Put a LOT of straw in the nestbox, and make a depression in the middle of it. Put a LOT of artificial fur in the depression, and put the kits in the artificial fur. Then cover them with more artificial fur. Then leave them alone. 

Mom won't pay any attention to the babies - at all - except to feed them once a day. She won't sit by them to keep them warm, or anything. So expect that and don't let it surprise you.  

But do know that first-time moms don't always know what to do. Lots give birth on the wire, lots don't pull fur, and lots don't nurse the kits. Nobody knows why, but it happens. They often - OFTEN - lose the first litter entirely due to their own neglect.

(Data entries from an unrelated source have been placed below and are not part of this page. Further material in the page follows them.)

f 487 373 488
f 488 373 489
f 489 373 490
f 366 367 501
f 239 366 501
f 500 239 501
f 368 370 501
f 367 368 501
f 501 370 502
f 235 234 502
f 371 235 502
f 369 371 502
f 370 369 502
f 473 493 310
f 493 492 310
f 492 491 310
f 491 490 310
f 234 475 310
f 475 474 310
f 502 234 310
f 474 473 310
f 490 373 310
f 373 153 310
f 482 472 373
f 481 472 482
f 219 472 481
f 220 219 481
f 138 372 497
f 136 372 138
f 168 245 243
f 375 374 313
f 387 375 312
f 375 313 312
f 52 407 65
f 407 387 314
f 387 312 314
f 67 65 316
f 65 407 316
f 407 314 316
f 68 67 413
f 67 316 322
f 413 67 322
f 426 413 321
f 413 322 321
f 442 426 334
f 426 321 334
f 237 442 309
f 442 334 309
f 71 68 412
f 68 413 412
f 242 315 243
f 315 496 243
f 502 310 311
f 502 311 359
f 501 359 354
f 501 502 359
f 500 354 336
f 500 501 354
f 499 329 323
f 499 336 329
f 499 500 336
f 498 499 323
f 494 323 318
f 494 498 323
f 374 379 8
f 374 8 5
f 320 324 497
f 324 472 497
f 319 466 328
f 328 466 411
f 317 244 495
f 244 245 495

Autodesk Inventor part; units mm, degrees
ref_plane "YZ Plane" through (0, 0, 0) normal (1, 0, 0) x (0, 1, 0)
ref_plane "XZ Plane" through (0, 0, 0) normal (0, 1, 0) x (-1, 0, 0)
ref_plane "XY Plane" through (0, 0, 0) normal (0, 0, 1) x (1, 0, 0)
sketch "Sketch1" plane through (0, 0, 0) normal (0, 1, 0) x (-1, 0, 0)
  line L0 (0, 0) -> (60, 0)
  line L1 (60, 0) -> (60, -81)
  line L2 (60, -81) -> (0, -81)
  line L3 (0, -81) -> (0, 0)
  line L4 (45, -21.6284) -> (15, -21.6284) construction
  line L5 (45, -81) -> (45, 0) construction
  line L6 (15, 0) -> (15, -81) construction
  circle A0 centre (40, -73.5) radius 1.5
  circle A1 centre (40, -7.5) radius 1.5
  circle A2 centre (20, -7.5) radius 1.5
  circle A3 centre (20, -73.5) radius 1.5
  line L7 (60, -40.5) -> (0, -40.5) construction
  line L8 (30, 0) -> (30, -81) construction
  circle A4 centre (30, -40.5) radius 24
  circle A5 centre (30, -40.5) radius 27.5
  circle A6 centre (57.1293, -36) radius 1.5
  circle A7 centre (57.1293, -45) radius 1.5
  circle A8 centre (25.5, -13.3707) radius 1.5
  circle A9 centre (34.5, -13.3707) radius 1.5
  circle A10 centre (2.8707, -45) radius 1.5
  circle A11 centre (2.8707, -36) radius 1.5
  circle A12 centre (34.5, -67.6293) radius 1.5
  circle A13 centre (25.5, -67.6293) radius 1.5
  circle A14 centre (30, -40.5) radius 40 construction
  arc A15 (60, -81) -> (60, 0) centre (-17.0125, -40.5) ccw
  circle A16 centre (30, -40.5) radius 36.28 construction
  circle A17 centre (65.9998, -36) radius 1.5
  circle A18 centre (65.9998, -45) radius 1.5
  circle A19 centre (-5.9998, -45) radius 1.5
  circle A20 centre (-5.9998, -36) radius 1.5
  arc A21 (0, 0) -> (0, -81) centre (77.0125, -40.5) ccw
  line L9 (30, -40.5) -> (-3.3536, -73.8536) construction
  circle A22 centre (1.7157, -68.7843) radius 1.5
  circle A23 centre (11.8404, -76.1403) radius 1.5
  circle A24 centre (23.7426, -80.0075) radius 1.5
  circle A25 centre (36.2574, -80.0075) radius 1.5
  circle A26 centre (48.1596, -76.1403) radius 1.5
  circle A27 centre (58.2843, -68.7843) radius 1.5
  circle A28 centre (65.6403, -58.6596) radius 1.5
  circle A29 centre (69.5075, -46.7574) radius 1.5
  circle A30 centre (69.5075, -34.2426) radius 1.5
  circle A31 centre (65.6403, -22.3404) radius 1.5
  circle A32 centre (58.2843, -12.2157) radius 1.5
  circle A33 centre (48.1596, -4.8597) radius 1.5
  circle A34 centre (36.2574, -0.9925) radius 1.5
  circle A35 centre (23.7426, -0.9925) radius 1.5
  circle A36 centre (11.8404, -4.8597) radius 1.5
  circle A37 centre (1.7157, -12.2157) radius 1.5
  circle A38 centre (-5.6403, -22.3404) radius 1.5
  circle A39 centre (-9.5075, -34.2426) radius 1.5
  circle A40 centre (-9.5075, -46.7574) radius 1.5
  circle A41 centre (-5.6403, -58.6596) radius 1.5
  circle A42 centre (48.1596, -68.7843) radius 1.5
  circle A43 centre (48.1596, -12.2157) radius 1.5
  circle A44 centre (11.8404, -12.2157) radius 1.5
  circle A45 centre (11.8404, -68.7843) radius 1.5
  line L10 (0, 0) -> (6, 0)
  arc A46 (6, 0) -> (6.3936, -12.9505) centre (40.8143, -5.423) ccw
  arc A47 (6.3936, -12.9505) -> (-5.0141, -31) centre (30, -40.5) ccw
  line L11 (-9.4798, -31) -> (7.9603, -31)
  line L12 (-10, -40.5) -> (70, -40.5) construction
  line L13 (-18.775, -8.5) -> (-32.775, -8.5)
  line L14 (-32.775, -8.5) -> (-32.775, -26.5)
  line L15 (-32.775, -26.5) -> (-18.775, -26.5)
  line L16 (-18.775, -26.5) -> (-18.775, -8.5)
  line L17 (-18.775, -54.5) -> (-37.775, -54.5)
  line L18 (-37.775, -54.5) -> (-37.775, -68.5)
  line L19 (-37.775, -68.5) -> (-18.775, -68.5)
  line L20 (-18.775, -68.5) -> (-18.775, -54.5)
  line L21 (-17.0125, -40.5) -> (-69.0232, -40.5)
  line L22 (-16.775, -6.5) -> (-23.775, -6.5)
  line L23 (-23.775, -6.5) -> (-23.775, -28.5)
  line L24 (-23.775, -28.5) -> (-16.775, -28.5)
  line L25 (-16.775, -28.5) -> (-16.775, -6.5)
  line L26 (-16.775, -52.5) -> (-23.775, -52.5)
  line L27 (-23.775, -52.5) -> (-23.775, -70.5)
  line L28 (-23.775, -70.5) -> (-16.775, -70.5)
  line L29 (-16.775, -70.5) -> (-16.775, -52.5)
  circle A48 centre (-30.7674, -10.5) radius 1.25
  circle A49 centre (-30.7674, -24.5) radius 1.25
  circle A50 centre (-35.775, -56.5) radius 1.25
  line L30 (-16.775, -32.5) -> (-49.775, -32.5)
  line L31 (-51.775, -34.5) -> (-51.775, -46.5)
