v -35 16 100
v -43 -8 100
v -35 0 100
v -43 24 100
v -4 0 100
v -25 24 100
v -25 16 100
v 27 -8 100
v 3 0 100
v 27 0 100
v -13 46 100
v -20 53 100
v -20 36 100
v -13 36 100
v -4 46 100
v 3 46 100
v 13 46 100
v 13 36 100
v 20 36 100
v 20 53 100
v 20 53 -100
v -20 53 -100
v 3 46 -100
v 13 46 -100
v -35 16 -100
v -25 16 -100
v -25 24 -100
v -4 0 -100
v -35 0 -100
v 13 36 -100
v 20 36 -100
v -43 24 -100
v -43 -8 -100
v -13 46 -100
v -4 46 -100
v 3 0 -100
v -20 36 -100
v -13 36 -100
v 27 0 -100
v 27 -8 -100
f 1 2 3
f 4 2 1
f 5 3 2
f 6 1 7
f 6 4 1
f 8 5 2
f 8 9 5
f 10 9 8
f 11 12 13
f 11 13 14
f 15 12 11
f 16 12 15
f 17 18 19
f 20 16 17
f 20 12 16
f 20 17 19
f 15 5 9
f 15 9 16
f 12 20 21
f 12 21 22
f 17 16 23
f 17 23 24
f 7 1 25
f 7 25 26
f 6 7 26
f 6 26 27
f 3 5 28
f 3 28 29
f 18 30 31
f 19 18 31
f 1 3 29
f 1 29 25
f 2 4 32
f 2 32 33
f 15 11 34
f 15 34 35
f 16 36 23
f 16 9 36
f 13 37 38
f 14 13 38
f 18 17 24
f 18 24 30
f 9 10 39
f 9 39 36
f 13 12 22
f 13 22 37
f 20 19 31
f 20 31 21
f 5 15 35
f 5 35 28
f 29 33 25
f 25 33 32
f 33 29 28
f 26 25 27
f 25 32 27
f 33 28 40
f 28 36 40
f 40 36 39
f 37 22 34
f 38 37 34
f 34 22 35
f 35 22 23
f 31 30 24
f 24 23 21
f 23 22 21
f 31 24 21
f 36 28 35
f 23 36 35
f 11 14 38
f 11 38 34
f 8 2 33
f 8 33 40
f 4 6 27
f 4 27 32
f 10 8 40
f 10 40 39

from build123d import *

# Parameters (mm, degrees)
SKETCH_1_W          = 3
SKETCH_1_H          = 46
SKETCH_1_W_2        = 4
SKETCH_1_H_2        = 4
EXTRUDE_1_DEPTH     = 100
SKETCH_2_W          = 8
SKETCH_2_H          = 8
CUT_EXTRUDE_1_DEPTH = 212.324395184


with BuildPart() as part:
    # Эскиз1 → Бобышка-Вытянуть1 (new, symmetric)
    with BuildSketch(Plane.XY):
        with Locations((1.5, 23)):
            Rectangle(SKETCH_1_W, SKETCH_1_H)
        with Locations((-2, 23)):
            Rectangle(SKETCH_1_W_2, SKETCH_1_H)
        Polygon((-4, 50), (0, 50), (3, 50), (17, 50), (17, 36), (20, 36), (20, 53), (0, 53), (-20, 53), (-20, 36), (-17, 36), (-17, 50), align=None)
        with Locations((-2, 48)):
            Rectangle(SKETCH_1_W_2, SKETCH_1_H_2)
        Polygon((-13, 46), (-4, 46), (-4, 50), (-17, 50), (-17, 36), (-13, 36), align=None)
        Polygon((3, 50), (3, 46), (13, 46), (13, 36), (17, 36), (17, 50), align=None)
        with Locations((1.5, 48)):
            Rectangle(SKETCH_1_W, SKETCH_1_H_2)
        Polygon((3, 0), (0, 0), (-4, 0), (-35, 0), (-35, 16), (-25, 16), (-25, 20), (-39, 20), (-39, -4), (35, -4), (35, 0), align=None)
        Polygon((35, -8), (35, -4), (-39, -4), (-39, 20), (-25, 20), (-25, 24), (-43, 24), (-43, -8), align=None)
    extrude(amount=EXTRUDE_1_DEPTH, both=True)

    # Эскиз2 → Вырез-Вытянуть1 (cut, through all)
    with BuildSketch(Plane.XY.offset(100)):
        with Locations((31, -4)):
            Rectangle(SKETCH_2_W, SKETCH_2_H)
    extrude(amount=-CUT_EXTRUDE_1_DEPTH, mode=Mode.SUBTRACT)


solid = part.part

And unfortunately hand-raising kits is dreadfully hard, and not usually successful. 

But the vast majority do better with their second and later litters.

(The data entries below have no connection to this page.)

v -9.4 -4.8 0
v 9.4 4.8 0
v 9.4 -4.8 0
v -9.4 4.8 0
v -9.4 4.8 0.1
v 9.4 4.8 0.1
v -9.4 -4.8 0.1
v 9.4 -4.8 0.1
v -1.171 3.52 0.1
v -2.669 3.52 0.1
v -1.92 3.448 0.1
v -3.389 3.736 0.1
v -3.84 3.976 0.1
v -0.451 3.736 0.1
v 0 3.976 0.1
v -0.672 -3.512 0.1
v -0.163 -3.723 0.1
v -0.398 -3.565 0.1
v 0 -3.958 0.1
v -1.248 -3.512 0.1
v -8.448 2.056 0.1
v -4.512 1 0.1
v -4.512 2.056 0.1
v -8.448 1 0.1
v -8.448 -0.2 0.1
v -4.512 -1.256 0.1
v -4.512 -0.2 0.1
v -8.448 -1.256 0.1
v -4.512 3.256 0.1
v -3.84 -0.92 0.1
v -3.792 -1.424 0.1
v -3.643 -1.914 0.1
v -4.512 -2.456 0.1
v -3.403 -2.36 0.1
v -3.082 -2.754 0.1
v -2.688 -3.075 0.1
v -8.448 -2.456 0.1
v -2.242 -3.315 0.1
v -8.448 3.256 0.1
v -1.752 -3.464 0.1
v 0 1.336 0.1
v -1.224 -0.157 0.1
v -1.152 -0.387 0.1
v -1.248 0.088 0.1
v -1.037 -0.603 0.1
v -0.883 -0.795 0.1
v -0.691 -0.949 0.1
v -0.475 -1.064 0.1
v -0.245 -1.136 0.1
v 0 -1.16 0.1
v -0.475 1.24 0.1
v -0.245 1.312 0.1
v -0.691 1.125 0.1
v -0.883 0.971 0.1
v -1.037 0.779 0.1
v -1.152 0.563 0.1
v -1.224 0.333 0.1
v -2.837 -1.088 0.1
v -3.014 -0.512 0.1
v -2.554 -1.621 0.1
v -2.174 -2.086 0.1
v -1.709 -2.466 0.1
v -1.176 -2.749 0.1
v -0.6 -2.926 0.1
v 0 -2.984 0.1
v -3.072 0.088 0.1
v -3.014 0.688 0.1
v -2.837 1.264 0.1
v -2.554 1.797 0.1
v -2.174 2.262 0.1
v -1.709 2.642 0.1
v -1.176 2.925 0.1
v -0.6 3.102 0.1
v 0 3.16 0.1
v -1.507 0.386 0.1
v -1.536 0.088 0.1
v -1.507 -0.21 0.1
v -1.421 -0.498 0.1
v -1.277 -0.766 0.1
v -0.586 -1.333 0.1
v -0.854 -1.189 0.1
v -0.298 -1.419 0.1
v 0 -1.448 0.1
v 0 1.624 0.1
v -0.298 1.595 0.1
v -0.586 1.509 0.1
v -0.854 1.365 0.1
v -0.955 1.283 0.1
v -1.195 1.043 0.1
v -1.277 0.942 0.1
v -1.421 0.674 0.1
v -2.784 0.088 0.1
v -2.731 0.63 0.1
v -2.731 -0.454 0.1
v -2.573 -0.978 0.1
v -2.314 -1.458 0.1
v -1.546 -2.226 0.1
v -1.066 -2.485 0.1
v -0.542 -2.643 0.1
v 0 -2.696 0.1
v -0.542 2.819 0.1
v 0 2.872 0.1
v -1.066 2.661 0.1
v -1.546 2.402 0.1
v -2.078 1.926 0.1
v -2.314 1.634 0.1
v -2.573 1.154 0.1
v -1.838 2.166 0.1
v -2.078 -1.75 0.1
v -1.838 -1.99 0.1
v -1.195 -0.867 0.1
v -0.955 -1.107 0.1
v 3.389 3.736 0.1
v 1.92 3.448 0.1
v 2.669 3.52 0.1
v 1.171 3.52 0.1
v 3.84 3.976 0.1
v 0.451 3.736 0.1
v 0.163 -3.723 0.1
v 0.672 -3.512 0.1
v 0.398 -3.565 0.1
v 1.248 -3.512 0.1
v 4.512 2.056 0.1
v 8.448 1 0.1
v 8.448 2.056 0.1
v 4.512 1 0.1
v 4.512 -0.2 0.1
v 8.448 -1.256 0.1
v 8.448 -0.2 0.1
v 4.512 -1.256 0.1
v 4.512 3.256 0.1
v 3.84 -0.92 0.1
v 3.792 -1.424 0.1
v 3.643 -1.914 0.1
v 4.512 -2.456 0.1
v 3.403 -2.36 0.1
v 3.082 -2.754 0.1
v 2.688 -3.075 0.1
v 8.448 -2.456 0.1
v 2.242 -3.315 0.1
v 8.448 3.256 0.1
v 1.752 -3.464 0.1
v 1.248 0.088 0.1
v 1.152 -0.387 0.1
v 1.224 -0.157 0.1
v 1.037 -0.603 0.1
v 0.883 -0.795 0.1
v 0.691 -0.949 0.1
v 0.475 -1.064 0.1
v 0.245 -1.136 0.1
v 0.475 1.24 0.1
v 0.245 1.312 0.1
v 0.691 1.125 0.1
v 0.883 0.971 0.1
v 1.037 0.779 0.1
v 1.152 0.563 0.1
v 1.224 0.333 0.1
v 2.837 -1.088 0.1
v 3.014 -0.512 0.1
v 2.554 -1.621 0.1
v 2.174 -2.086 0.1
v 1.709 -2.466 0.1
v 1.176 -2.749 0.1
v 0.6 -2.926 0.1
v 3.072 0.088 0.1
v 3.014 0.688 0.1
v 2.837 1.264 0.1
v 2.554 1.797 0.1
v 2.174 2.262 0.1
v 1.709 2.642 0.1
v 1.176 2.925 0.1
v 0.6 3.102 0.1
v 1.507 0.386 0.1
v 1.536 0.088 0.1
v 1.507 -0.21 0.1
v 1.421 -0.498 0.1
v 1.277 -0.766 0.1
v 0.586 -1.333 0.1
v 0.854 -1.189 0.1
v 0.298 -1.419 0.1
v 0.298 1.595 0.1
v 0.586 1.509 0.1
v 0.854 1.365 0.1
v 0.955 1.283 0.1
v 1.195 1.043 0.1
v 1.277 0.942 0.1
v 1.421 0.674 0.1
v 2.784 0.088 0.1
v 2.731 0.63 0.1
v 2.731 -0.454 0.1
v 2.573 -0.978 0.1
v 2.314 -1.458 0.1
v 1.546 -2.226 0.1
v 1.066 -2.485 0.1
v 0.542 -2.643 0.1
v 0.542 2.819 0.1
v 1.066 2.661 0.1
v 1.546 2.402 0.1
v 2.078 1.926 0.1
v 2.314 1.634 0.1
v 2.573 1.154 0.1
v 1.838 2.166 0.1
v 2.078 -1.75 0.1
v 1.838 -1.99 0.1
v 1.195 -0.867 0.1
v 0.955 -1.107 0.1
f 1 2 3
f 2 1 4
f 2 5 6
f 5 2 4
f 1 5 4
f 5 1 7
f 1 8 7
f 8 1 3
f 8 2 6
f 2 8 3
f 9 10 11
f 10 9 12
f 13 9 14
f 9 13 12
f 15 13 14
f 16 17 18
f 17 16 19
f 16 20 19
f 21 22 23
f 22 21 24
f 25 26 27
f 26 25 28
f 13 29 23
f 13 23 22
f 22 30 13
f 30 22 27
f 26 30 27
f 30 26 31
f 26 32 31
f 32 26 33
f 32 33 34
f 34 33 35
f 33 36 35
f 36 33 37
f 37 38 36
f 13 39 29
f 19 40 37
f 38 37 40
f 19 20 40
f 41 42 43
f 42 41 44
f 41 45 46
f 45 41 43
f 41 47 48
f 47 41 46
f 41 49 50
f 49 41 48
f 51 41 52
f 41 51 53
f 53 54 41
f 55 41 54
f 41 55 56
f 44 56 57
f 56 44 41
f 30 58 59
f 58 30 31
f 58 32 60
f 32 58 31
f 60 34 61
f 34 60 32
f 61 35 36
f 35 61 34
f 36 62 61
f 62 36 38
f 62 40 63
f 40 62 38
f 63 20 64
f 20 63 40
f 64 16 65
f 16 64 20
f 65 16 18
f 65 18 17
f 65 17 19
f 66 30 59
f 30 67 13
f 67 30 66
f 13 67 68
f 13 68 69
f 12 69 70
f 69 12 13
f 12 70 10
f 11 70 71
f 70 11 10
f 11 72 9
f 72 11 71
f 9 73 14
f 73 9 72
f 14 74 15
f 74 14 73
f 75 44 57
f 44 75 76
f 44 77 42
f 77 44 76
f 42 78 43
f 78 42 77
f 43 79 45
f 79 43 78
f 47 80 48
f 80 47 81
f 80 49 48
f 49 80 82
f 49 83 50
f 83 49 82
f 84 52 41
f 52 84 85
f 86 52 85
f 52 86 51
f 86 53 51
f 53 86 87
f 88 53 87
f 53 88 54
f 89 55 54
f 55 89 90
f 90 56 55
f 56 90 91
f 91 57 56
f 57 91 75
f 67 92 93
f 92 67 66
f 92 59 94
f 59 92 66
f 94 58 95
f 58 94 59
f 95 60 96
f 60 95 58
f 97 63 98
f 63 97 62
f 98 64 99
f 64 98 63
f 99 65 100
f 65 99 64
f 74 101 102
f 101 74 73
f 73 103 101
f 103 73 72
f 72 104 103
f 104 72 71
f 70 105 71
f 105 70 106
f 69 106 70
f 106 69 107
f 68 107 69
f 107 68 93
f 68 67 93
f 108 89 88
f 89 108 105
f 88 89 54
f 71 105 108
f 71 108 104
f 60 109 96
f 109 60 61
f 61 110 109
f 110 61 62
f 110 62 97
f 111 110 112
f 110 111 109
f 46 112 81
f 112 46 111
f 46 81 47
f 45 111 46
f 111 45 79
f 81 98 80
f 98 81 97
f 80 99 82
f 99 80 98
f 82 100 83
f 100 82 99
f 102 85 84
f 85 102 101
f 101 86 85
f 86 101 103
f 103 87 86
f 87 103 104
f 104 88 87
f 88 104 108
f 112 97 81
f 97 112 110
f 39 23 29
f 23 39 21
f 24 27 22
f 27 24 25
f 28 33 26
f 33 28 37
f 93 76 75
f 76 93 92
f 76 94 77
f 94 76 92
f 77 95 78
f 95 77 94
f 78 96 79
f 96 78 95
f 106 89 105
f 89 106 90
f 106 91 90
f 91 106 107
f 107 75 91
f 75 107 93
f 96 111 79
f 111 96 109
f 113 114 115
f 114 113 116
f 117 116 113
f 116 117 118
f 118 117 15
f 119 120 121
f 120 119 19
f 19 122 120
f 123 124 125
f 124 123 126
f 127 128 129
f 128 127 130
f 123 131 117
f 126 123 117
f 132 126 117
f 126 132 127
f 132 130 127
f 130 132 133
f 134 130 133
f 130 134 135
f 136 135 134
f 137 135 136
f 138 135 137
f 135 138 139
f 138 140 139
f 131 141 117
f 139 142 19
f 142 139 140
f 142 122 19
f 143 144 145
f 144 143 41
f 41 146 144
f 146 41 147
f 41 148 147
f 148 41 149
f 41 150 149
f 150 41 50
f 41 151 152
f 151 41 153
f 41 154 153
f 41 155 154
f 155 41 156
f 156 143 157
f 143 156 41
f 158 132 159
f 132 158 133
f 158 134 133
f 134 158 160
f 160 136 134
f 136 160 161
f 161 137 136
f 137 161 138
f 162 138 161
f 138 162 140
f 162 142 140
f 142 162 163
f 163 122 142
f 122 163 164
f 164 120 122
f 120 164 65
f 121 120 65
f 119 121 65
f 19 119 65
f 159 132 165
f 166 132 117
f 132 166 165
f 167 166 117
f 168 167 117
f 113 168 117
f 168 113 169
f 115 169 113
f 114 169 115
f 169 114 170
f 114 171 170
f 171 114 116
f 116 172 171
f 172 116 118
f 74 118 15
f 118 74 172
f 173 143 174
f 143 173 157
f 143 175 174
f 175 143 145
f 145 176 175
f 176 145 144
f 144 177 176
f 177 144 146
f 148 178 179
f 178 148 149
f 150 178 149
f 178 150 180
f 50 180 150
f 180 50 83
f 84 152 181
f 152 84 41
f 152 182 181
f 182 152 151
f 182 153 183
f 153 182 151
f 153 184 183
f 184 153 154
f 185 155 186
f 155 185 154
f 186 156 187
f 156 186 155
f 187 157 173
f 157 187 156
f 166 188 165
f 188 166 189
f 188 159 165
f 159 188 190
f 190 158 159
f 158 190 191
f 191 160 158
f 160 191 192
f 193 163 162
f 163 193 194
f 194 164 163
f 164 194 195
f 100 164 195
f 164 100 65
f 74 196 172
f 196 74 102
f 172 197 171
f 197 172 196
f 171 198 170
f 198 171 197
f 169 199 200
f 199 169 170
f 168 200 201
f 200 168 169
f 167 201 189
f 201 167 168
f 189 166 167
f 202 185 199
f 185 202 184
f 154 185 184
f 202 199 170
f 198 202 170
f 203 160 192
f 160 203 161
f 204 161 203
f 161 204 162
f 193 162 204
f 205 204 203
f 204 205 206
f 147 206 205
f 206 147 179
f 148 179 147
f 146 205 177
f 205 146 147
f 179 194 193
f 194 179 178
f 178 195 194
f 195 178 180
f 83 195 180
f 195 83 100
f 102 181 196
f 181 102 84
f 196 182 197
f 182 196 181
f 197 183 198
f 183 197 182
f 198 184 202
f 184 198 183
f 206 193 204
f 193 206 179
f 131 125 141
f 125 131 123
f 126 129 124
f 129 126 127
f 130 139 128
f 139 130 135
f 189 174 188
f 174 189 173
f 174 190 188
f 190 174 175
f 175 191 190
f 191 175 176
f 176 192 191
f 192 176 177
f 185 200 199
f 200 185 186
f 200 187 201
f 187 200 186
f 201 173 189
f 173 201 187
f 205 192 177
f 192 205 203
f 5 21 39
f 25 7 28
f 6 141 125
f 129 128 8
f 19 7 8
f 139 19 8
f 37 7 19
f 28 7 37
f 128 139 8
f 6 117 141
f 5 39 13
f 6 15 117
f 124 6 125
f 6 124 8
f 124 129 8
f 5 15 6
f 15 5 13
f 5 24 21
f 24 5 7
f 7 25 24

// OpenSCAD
// file: s/169625as02.scad
use <../../lib.scad>
function ldraw_lib__s__169625as02() = [
// 0 ~Coast Guard (1995) Logo with Three Red Horizontal Stripes and Life Saver on Blue Crest - Quarter of Life Saver
// 0 Name: s\169625as02.dat
// 0 Author: Max Martin Richter [MMR1988]
// 0 !LDRAW_ORG Subpart UPDATE 2024-08
// 0 !LICENSE Licensed under CC BY 4.0 : see CAreadme.txt
// 
// 0 BFC CERTIFY CCW
  [0,"BFC","CERTIFY"],
  [0,"BFC","CCW"],
// 
// 0 !HISTORY 2024-09-30 [OrionP] Official Update 2024-08
// 
// 
// 4 16 -3.2 0 .3 -3.14 0 .92 -5.69 0 1.43 -5.8 0 .3
  [4,16,-3.2,0,.3,-3.14,0,.92,-5.69,0,1.43,-5.8,0,.3],
// 4 16 -3.14 0 -.32 -3.2 0 .3 -5.8 0 .3 -5.69 0 -.83
  [4,16,-3.14,0,-.32,-3.2,0,.3,-5.8,0,.3,-5.69,0,-.83],
// 4 16 -2.96 0 -.92 -3.14 0 -.32 -5.69 0 -.83 -5.36 0 -1.92
  [4,16,-2.96,0,-.92,-3.14,0,-.32,-5.69,0,-.83,-5.36,0,-1.92],
// 4 16 -2.66 0 -1.48 -2.96 0 -.92 -5.36 0 -1.92 -4.82 0 -2.92
  [4,16,-2.66,0,-1.48,-2.96,0,-.92,-5.36,0,-1.92,-4.82,0,-2.92],
// 4 16 -2.66 0 2.08 -2.49 0 2.29 -4.33 0 4.13 -4.82 0 3.52
  [4,16,-2.66,0,2.08,-2.49,0,2.29,-4.33,0,4.13,-4.82,0,3.52],
// 4 16 -2.96 0 1.52 -2.66 0 2.08 -4.82 0 3.52 -5.36 0 2.52
  [4,16,-2.96,0,1.52,-2.66,0,2.08,-4.82,0,3.52,-5.36,0,2.52],
// 4 16 -3.14 0 .92 -2.96 0 1.52 -5.36 0 2.52 -5.69 0 1.43
  [4,16,-3.14,0,.92,-2.96,0,1.52,-5.36,0,2.52,-5.69,0,1.43],
// 4 16 -4.33 0 -3.53 -2.49 0 -1.69 -2.66 0 -1.48 -4.82 0 -2.92
  [4,16,-4.33,0,-3.53,-2.49,0,-1.69,-2.66,0,-1.48,-4.82,0,-2.92],
];
module ldraw_lib__s__169625as02(step=0, col=false, unit=2/5, alt=false, line=0.2, solid=!$preview)
    makepoly(ldraw_lib__s__169625as02(), step=step, col=col, unit=unit, alt=alt, line=line, solid=solid);
ldraw_lib__s__169625as02(line=0.2);
// file: ../p/box5-12.scad
use <../lib.scad>
function ldraw_lib__box5_12() = [
// 0 Box with 5 Faces without Any Edges
// 0 Name: box5-12.dat
// 0 Author: Chris Dee [cwdee]
// 0 !LDRAW_ORG Primitive UPDATE 2009-02
// 0 !LICENSE Licensed under CC BY 4.0 : see CAreadme.txt
// 
// 0 BFC CERTIFY CCW
  [0,"BFC","CERTIFY"],
  [0,"BFC","CCW"],
// 
// 0 !HISTORY 2009-09-03 [PTadmin] Official Update 2009-02
// 
// 
// 4 16 1 1 1 1 1 -1 -1 1 -1 -1 1 1
  [4,16,1,1,1,1,1,-1,-1,1,-1,-1,1,1],
// 4 16 -1 0 1 1 0 1 1 1 1 -1 1 1
  [4,16,-1,0,1,1,0,1,1,1,1,-1,1,1],
// 4 16 -1 0 -1 -1 0 1 -1 1 1 -1 1 -1
  [4,16,-1,0,-1,-1,0,1,-1,1,1,-1,1,-1],
// 4 16 1 0 -1 -1 0 -1 -1 1 -1 1 1 -1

I guess what I'm saying is - do whatever it is that you're willing to do for these kits, but don't count on it working. Don't get your heart invested in this particular set of kits. But don't discount mom's abilities, either. She is likely to do better the second time than this time, no matter how this time turns out.

Hang in there!


----------



## Gomanson (Jun 13, 2011)

Thanks for the reply.  I've heard that from a lot of people about a doe's first litter.  I kept saying to myself that I have no expectations for this litter, but now that there are two live bunnies, I really want to make sure they survive!  They are now huddled in to the straw and seem to be warmer.  

How soon does mom have to feed them before I should worry?  I don't suppose there is really a way to check whether she has or not, short of setting up a camera.


----------



## dewey (Jun 13, 2011)

I'd get the babies warm, quick.  Take them & the box inside and use a blow dryer on warm/low setting to warm them up.  Keep the dryer moving with your hand near the babies to be sure it's not too warm on them.  When they get warmed enough they'll feel warm to the touch and will be starting to move around a little.  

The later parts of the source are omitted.